*** Opening EXCERPTED DATA ***

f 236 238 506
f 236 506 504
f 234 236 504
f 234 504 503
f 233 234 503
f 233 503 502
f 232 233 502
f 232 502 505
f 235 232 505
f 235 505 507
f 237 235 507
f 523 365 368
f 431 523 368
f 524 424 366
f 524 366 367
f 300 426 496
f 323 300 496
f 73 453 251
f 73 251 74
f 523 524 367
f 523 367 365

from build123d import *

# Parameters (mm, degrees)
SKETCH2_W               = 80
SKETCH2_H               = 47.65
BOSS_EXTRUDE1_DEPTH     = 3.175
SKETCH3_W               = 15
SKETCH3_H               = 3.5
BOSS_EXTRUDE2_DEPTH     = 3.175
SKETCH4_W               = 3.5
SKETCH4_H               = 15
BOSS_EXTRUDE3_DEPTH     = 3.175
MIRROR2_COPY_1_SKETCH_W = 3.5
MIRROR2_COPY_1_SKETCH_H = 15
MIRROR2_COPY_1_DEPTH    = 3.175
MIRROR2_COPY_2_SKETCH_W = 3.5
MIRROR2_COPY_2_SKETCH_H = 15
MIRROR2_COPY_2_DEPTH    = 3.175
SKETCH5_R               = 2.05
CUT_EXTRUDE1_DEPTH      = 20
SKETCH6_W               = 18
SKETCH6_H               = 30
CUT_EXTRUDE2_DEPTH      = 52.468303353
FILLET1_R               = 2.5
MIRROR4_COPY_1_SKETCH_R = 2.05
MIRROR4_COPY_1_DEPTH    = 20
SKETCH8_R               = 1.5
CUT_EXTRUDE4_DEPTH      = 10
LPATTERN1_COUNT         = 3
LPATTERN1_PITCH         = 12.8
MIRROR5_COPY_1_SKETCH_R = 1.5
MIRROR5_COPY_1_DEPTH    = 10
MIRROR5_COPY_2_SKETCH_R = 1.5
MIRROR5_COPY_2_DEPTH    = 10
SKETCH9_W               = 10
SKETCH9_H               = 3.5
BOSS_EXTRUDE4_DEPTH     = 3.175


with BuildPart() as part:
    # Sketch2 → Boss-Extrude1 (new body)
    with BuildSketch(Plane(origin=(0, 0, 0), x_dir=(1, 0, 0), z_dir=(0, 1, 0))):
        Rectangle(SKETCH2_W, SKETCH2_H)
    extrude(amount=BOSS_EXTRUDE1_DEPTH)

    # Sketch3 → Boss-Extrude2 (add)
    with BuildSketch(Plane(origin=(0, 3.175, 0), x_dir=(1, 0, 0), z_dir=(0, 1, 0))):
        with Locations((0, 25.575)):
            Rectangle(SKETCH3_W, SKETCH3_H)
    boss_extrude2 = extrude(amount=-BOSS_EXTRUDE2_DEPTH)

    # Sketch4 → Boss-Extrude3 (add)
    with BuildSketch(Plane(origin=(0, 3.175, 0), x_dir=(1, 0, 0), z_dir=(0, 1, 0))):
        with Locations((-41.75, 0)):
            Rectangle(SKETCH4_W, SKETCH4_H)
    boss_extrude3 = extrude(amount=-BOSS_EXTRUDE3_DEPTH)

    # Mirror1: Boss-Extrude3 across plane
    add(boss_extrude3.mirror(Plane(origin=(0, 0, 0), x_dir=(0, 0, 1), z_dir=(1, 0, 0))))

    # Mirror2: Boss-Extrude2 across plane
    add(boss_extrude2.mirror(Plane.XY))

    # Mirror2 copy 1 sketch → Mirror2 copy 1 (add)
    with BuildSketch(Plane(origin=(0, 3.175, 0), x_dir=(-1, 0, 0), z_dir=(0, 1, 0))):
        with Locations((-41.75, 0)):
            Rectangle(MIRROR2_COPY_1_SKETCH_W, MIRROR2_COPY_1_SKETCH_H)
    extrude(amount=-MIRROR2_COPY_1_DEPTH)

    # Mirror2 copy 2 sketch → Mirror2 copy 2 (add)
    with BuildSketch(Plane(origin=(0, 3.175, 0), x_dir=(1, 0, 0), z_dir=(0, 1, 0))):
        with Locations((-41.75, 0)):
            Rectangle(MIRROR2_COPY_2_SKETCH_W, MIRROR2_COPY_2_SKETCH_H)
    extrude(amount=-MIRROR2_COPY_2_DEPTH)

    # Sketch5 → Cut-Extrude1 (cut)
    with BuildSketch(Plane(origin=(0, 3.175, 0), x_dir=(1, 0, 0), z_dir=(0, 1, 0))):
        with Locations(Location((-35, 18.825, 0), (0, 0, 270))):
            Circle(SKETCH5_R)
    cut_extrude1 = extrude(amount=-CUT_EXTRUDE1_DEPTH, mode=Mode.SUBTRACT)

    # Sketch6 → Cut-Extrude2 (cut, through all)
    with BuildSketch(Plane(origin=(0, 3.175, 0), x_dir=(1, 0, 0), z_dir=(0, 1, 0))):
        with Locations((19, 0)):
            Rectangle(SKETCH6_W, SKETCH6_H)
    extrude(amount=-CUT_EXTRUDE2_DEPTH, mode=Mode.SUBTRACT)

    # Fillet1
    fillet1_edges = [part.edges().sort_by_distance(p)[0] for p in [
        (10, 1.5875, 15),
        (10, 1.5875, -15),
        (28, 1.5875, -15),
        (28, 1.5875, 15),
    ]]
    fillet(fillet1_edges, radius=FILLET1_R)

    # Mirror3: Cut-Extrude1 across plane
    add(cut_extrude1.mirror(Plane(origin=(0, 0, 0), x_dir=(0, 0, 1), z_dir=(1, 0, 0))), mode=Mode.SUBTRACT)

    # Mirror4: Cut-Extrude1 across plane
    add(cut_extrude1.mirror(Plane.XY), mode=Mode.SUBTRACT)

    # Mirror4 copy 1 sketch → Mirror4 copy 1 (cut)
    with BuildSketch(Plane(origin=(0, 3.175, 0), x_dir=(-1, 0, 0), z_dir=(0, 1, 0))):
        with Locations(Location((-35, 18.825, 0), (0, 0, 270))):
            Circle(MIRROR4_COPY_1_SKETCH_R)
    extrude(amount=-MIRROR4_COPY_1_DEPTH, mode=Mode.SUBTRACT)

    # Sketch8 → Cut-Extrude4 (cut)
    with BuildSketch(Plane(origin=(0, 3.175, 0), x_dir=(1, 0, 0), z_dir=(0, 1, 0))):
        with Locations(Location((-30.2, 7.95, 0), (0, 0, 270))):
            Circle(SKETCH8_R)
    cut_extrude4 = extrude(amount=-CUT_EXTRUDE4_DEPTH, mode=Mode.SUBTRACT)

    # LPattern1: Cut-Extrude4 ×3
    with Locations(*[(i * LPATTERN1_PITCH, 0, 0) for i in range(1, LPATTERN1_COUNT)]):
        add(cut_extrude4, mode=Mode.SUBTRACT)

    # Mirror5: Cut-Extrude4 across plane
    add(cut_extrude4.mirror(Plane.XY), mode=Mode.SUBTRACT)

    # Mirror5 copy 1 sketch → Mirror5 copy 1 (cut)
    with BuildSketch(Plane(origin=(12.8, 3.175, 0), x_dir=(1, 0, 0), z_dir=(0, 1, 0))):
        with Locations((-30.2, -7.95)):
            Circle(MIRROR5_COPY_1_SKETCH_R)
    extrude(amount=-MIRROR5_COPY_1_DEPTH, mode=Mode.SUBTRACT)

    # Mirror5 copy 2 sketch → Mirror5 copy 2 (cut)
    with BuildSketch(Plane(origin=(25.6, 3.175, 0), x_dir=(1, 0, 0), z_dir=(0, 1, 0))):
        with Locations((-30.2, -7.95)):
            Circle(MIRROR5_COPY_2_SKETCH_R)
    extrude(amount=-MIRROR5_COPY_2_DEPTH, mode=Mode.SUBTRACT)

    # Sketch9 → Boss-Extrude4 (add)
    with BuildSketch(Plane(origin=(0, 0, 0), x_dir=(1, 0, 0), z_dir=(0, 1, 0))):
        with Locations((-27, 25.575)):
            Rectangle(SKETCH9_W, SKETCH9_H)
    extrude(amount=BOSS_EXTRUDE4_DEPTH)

*** Closing EXCERPTED DATA ***

• [REQUIREMENT]
Give again, exactly as written, every line from the first one above through the line that has "# Sketch2 → Boss-Extrude1 (new body)" in it.

• [YOUR SOLUTION]
f 236 238 506
f 236 506 504
f 234 236 504
f 234 504 503
f 233 234 503
f 233 503 502
f 232 233 502
f 232 502 505
f 235 232 505
f 235 505 507
f 237 235 507
f 523 365 368
f 431 523 368
f 524 424 366
f 524 366 367
f 300 426 496
f 323 300 496
f 73 453 251
f 73 251 74
f 523 524 367
f 523 367 365

from build123d import *

# Parameters (mm, degrees)
SKETCH2_W               = 80
SKETCH2_H               = 47.65
BOSS_EXTRUDE1_DEPTH     = 3.175
SKETCH3_W               = 15
SKETCH3_H               = 3.5
BOSS_EXTRUDE2_DEPTH     = 3.175
SKETCH4_W               = 3.5
SKETCH4_H               = 15
BOSS_EXTRUDE3_DEPTH     = 3.175
MIRROR2_COPY_1_SKETCH_W = 3.5
MIRROR2_COPY_1_SKETCH_H = 15
MIRROR2_COPY_1_DEPTH    = 3.175
MIRROR2_COPY_2_SKETCH_W = 3.5
MIRROR2_COPY_2_SKETCH_H = 15
MIRROR2_COPY_2_DEPTH    = 3.175
SKETCH5_R               = 2.05
CUT_EXTRUDE1_DEPTH      = 20
SKETCH6_W               = 18
SKETCH6_H               = 30
CUT_EXTRUDE2_DEPTH      = 52.468303353
FILLET1_R               = 2.5
MIRROR4_COPY_1_SKETCH_R = 2.05
MIRROR4_COPY_1_DEPTH    = 20
SKETCH8_R               = 1.5
CUT_EXTRUDE4_DEPTH      = 10
LPATTERN1_COUNT         = 3
LPATTERN1_PITCH         = 12.8
MIRROR5_COPY_1_SKETCH_R = 1.5
MIRROR5_COPY_1_DEPTH    = 10
MIRROR5_COPY_2_SKETCH_R = 1.5
MIRROR5_COPY_2_DEPTH    = 10
SKETCH9_W               = 10
SKETCH9_H               = 3.5
BOSS_EXTRUDE4_DEPTH     = 3.175


with BuildPart() as part:
    # Sketch2 → Boss-Extrude1 (new body)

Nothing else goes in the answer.